* [Exercise aim] From the entries below, return exactly the lines beginning at the one that contains "f 143 144 142" and ending at the one that contains "f 197 198 196", both of them included, and only those lines.

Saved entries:
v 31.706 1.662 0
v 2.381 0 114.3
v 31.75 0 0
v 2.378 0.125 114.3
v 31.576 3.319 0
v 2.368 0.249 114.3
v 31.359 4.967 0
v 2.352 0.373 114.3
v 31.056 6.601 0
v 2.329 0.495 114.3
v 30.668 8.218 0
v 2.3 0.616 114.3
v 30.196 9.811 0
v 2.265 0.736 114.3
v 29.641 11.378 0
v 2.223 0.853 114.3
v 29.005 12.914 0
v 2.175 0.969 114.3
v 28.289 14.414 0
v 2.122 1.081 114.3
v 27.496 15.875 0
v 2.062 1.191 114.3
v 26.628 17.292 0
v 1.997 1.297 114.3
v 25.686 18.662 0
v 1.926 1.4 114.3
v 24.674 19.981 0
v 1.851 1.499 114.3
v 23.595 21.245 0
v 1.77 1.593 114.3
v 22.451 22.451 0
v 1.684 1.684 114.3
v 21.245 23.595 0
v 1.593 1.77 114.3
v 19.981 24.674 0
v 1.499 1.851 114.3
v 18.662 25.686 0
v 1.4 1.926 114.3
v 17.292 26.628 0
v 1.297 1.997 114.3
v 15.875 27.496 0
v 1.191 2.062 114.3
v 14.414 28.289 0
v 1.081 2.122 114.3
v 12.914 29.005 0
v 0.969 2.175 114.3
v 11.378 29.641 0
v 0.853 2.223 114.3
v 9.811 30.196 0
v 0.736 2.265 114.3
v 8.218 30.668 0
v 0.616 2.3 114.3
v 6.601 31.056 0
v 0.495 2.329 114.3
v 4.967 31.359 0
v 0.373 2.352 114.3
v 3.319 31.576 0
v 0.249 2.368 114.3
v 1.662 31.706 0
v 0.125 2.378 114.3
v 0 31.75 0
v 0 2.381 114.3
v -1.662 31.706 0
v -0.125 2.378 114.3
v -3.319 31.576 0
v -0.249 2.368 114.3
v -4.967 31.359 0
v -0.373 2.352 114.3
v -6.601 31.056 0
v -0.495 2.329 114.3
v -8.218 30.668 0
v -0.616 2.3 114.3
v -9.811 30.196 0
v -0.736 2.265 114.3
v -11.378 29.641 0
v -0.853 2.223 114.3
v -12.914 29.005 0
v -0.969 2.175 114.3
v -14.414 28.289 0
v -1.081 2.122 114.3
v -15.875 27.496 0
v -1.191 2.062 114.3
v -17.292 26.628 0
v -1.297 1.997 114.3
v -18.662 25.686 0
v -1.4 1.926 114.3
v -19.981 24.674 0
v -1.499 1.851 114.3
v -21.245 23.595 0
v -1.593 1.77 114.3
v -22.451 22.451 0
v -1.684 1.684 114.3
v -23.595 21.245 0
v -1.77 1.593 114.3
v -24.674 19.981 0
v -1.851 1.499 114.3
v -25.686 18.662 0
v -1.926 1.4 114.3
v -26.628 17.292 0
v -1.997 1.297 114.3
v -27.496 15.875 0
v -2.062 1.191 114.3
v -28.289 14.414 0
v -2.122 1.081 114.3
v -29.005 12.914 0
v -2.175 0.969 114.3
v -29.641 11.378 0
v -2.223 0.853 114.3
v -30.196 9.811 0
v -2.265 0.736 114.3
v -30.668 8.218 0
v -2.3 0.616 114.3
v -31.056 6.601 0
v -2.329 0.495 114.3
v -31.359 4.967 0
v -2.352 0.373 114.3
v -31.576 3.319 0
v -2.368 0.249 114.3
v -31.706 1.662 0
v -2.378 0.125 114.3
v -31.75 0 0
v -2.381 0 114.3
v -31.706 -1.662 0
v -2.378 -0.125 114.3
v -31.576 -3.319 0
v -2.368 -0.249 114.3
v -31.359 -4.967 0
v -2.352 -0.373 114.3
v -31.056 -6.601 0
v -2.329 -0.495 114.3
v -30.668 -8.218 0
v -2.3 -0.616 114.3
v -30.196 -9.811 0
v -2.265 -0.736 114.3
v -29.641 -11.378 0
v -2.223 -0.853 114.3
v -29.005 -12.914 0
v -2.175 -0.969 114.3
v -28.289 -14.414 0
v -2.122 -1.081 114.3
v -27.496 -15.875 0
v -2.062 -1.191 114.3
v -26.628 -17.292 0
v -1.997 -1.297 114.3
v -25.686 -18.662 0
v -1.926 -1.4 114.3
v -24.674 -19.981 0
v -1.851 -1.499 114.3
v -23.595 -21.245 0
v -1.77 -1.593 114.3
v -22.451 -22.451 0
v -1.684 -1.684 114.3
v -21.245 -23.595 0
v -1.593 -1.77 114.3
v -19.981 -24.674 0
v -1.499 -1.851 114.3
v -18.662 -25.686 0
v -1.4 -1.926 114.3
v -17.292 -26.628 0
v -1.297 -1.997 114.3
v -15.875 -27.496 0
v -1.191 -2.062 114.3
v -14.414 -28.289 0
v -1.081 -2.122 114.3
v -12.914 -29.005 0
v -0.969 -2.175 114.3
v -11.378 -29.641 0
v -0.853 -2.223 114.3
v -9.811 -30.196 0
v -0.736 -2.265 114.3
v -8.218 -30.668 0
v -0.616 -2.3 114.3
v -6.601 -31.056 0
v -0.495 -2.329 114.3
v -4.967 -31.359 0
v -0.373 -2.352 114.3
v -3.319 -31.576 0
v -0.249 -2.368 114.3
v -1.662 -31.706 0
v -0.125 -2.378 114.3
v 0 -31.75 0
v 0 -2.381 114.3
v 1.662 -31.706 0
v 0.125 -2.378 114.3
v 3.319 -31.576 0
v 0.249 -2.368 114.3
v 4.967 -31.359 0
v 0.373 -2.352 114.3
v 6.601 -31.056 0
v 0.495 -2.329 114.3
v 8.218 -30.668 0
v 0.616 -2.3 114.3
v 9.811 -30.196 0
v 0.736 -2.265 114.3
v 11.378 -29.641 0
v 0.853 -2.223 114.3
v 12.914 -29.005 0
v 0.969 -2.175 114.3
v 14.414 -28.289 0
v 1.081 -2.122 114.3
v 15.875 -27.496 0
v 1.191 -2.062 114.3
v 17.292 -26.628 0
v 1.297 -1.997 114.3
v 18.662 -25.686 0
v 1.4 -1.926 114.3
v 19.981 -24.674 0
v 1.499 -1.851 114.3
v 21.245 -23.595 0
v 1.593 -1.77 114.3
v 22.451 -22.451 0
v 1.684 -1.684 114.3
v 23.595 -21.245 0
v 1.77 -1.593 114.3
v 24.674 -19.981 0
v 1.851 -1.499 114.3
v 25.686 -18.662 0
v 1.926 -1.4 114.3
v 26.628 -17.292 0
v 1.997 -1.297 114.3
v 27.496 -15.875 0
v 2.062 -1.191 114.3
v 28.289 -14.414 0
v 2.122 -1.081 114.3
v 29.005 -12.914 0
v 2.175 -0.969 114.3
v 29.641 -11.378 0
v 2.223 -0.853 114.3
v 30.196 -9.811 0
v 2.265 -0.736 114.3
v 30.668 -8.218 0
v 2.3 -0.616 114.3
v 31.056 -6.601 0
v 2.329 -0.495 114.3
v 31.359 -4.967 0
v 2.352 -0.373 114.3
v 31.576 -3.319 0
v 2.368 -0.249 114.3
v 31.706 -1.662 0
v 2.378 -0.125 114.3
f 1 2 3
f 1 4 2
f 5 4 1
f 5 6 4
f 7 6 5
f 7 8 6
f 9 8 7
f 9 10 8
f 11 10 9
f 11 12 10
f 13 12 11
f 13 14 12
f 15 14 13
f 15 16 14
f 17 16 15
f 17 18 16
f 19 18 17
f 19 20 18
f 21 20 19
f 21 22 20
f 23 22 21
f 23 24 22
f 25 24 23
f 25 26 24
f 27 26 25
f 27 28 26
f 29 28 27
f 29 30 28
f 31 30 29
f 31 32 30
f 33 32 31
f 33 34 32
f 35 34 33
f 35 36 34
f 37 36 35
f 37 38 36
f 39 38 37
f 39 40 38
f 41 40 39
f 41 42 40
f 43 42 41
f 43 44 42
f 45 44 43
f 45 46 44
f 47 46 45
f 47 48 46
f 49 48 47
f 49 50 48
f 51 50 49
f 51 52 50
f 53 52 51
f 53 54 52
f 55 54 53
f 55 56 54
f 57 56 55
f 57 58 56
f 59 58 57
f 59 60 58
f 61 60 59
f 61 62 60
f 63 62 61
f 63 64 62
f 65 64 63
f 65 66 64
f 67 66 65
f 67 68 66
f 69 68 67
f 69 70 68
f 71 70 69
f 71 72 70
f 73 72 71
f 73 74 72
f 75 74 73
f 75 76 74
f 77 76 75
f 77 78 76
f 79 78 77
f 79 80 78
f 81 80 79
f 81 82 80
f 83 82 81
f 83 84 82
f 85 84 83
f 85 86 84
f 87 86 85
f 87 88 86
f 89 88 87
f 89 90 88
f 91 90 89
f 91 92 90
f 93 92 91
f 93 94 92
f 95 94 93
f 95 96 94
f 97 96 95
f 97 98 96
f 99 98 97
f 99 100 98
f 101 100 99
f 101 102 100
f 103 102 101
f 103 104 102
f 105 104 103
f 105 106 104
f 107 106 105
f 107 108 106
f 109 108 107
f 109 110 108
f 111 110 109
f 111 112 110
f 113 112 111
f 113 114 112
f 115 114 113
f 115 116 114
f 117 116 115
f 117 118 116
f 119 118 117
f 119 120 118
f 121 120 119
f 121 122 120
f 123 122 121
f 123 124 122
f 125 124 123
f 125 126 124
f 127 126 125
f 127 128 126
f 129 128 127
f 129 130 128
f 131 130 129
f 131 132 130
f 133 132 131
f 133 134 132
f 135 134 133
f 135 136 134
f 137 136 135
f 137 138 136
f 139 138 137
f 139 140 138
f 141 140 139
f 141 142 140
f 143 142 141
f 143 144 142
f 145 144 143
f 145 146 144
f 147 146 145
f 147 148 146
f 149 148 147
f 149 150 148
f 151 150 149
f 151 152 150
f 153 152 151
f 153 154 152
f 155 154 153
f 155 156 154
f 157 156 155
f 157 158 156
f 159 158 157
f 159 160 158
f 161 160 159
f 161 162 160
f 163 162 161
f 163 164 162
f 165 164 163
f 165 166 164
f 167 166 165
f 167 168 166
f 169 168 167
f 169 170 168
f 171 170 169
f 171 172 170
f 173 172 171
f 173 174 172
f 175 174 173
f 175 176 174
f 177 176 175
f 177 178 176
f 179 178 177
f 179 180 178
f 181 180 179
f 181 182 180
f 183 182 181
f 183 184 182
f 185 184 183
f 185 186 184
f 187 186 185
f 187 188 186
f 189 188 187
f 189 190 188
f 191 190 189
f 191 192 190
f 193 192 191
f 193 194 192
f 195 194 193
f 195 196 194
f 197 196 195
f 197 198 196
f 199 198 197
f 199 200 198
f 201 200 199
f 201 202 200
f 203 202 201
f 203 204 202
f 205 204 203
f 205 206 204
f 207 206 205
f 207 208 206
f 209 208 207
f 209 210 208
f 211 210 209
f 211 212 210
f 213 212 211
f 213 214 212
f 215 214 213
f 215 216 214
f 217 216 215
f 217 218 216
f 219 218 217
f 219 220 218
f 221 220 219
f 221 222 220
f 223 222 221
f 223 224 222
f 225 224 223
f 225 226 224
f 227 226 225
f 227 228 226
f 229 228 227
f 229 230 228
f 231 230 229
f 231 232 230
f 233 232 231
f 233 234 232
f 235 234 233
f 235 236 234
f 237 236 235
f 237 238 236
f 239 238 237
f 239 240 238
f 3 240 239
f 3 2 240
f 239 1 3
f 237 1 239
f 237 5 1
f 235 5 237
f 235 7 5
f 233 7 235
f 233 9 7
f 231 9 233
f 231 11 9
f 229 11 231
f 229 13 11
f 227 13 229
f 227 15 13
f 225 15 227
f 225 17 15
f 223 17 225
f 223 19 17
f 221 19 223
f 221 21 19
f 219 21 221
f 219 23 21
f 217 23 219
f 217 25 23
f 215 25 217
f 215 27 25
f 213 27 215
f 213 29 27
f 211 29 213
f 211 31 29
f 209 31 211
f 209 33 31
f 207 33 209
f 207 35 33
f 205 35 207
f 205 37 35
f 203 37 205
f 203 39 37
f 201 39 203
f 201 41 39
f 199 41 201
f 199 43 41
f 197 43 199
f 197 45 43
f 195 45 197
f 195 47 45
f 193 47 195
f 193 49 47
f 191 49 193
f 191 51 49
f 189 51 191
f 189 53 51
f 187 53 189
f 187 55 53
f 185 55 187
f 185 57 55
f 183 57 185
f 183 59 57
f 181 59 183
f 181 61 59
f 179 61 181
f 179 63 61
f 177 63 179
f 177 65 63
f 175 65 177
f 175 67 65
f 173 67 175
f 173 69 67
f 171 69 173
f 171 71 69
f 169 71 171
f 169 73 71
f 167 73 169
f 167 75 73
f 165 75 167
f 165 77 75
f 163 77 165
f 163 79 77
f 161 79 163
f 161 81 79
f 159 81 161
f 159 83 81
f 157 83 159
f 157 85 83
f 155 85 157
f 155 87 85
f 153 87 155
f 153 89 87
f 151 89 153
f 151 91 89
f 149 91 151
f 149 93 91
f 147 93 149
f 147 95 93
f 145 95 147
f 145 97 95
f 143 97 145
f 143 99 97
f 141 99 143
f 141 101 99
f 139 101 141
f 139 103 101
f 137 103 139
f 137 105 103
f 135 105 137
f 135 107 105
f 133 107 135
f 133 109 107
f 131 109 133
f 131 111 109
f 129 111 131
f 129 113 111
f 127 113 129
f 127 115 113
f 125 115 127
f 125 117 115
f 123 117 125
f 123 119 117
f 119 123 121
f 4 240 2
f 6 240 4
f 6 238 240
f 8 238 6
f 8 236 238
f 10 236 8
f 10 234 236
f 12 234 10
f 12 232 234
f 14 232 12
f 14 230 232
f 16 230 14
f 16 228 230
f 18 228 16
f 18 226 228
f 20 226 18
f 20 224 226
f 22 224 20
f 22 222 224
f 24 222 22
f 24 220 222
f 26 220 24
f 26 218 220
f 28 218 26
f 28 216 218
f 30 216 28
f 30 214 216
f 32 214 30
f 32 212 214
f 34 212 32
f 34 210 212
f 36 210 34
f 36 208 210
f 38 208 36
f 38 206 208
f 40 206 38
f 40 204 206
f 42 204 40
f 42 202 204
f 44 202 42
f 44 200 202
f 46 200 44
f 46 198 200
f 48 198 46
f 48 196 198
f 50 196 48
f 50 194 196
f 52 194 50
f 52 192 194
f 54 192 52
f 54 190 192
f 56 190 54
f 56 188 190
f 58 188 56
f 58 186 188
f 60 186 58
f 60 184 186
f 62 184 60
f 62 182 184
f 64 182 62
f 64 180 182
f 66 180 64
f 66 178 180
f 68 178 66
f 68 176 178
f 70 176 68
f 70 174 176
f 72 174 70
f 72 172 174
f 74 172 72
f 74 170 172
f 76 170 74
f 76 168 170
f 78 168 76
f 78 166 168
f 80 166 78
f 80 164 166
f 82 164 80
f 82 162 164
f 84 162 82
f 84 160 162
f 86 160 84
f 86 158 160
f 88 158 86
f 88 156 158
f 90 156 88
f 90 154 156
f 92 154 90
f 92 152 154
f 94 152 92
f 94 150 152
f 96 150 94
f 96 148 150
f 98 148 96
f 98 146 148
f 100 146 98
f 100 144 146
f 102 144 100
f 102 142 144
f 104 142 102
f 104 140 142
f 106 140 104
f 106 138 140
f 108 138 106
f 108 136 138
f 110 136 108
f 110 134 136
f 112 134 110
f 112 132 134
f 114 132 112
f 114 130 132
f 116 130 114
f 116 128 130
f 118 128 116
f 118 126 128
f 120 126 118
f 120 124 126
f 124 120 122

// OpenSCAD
//Base Diameter (in inches)
large_diameter_in_inches = 2.5;

//Top Diameter (in inches)
top_diameter_in_inches = 0.1875;

//Cone Height (in inches)
height_in_inches = 4.5;

rad1=large_diameter_in_inches*25.4/2;
rad2=top_diameter_in_inches*25.4/2;

hgt=height_in_inches*25.4;

cylinder(h=hgt, r1=rad1, r2=rad2, center=false,$fn = 120);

* [Answer box]
f 143 144 142
f 145 144 143
f 145 146 144
f 147 146 145
f 147 148 146
f 149 148 147
f 149 150 148
f 151 150 149
f 151 152 150
f 153 152 151
f 153 154 152
f 155 154 153
f 155 156 154
f 157 156 155
f 157 158 156
f 159 158 157
f 159 160 158
f 161 160 159
f 161 162 160
f 163 162 161
f 163 164 162
f 165 164 163
f 165 166 164
f 167 166 165
f 167 168 166
f 169 168 167
f 169 170 168
f 171 170 169
f 171 172 170
f 173 172 171
f 173 174 172
f 175 174 173
f 175 176 174
f 177 176 175
f 177 178 176
f 179 178 177
f 179 180 178
f 181 180 179
f 181 182 180
f 183 182 181
f 183 184 182
f 185 184 183
f 185 186 184
f 187 186 185
f 187 188 186
f 189 188 187
f 189 190 188
f 191 190 189
f 191 192 190
f 193 192 191
f 193 194 192
f 195 194 193
f 195 196 194
f 197 196 195
f 197 198 196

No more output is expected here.